== Supplied information

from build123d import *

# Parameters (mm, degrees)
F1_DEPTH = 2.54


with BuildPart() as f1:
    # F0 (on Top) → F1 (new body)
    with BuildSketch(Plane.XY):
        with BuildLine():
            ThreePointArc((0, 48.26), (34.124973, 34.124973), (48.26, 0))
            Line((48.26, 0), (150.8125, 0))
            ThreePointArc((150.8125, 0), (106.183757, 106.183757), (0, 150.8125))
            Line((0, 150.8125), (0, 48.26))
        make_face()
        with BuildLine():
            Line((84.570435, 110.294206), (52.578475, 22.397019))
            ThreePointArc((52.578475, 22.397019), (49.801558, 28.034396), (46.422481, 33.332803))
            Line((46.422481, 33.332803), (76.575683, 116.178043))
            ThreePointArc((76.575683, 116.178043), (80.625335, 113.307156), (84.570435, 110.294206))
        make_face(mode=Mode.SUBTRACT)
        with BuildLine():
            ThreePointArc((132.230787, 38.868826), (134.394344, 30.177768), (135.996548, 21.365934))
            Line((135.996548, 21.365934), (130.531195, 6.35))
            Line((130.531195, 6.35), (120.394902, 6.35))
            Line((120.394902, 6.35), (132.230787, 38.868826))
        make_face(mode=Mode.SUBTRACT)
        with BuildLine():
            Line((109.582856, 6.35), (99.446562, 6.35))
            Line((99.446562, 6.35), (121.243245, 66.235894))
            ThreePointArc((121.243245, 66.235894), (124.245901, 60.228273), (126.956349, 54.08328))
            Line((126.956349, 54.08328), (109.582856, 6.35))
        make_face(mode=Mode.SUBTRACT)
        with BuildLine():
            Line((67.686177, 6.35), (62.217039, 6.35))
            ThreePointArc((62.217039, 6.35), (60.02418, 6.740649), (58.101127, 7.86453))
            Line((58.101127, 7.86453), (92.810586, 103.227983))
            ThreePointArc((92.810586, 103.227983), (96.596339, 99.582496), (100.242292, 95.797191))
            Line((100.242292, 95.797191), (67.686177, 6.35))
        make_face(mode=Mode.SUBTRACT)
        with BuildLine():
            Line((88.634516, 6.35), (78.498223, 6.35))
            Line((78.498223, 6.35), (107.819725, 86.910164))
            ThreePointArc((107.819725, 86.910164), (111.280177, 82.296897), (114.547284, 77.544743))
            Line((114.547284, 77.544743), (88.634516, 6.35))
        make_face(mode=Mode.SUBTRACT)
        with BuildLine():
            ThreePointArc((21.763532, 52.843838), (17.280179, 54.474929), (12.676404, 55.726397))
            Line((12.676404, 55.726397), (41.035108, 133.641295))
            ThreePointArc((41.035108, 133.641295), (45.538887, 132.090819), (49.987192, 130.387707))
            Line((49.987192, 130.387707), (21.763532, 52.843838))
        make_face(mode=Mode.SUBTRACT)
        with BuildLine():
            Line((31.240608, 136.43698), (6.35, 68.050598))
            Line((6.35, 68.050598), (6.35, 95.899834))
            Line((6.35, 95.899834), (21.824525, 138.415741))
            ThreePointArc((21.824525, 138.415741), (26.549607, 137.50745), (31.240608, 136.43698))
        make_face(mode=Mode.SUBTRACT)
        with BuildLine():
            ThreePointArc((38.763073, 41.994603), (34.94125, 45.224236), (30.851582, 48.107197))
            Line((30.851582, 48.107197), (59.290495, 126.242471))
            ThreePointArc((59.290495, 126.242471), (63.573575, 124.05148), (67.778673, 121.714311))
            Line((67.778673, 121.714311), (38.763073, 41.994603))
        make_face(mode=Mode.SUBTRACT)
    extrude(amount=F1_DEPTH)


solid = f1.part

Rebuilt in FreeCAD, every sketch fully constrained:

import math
import FreeCAD as App
import Part
import Sketcher

V = App.Vector
Q = App.Units.Quantity

doc = App.newDocument("Part")
body = doc.addObject("PartDesign::Body", "Body")

sketch1 = body.newObject("Sketcher::SketchObject", "Sketch")
sketch1.AttachmentSupport = (doc.getObject("XY_Plane"), [""])
sketch1.MapMode = "FlatFace"
sketch1.addGeometry(Part.ArcOfCircle(Part.Circle(V(-0.000001, -0.000001, 0), V(0, 0, 1), 48.260001), math.radians(0.000001), math.radians(89.999999)), False)
sketch1.addGeometry(Part.LineSegment(V(48.26, 0, 0), V(150.8125, 0, 0)), False)
sketch1.addGeometry(Part.ArcOfCircle(Part.Circle(V(-1.579316, -1.579316, 0), V(0, 0, 1), 152.4), math.radians(0.593765), math.radians(89.406235)), False)
sketch1.addGeometry(Part.LineSegment(V(0, 150.8125, 0), V(0, 48.26, 0)), False)
sketch1.addGeometry(Part.ArcOfCircle(Part.Circle(V(-2.180943, 0.79288, 0), V(0, 0, 1), 139.700902), math.radians(51.612311), math.radians(55.684346)), False)
sketch1.addGeometry(Part.LineSegment(V(84.570435, 110.294206, 0), V(52.578475, 22.397019, 0)), False)
sketch1.addGeometry(Part.ArcOfCircle(Part.Circle(V(0.000054, 0.00003, 0), V(0, 0, 1), 57.149939), math.radians(23.072696), math.radians(35.679544)), False)
sketch1.addGeometry(Part.LineSegment(V(46.422481, 33.332803, 0), V(76.575683, 116.178043, 0)), False)
sketch1.addGeometry(Part.LineSegment(V(120.394902, 6.35, 0), V(132.230787, 38.868826, 0)), False)
sketch1.addGeometry(Part.ArcOfCircle(Part.Circle(V(-2.180277, 0.79363, 0), V(0, 0, 1), 139.699874), math.radians(8.468214), math.radians(15.816061)), False)
sketch1.addGeometry(Part.LineSegment(V(135.996548, 21.365934, 0), V(130.531195, 6.35, 0)), False)
sketch1.addGeometry(Part.LineSegment(V(130.531195, 6.35, 0), V(120.394902, 6.35, 0)), False)
sketch1.addGeometry(Part.LineSegment(V(126.956349, 54.08328, 0), V(109.582856, 6.35, 0)), False)
sketch1.addGeometry(Part.LineSegment(V(109.582856, 6.35, 0), V(99.446562, 6.35, 0)), False)
sketch1.addGeometry(Part.LineSegment(V(99.446562, 6.35, 0), V(121.243245, 66.235894, 0)), False)
sketch1.addGeometry(Part.ArcOfCircle(Part.Circle(V(-2.180467, 0.79357, 0), V(0, 0, 1), 139.700073), math.radians(22.424023), math.radians(27.933648)), False)
sketch1.addGeometry(Part.LineSegment(V(100.242292, 95.797191, 0), V(67.686177, 6.35, 0)), False)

====

- [Work required]: Find the line with "60.228273), (126.956349, 54.08328))" in the material above. Reproduce it and each line after it up to and including the line with "Line((12.676404, 55.726397), (41.035108, 133.641295))".

- [Task response]:
            ThreePointArc((121.243245, 66.235894), (124.245901, 60.228273), (126.956349, 54.08328))
            Line((126.956349, 54.08328), (109.582856, 6.35))
        make_face(mode=Mode.SUBTRACT)
        with BuildLine():
            Line((67.686177, 6.35), (62.217039, 6.35))
            ThreePointArc((62.217039, 6.35), (60.02418, 6.740649), (58.101127, 7.86453))
            Line((58.101127, 7.86453), (92.810586, 103.227983))
            ThreePointArc((92.810586, 103.227983), (96.596339, 99.582496), (100.242292, 95.797191))
            Line((100.242292, 95.797191), (67.686177, 6.35))
        make_face(mode=Mode.SUBTRACT)
        with BuildLine():
            Line((88.634516, 6.35), (78.498223, 6.35))
            Line((78.498223, 6.35), (107.819725, 86.910164))
            ThreePointArc((107.819725, 86.910164), (111.280177, 82.296897), (114.547284, 77.544743))
            Line((114.547284, 77.544743), (88.634516, 6.35))
        make_face(mode=Mode.SUBTRACT)
        with BuildLine():
            ThreePointArc((21.763532, 52.843838), (17.280179, 54.474929), (12.676404, 55.726397))
            Line((12.676404, 55.726397), (41.035108, 133.641295))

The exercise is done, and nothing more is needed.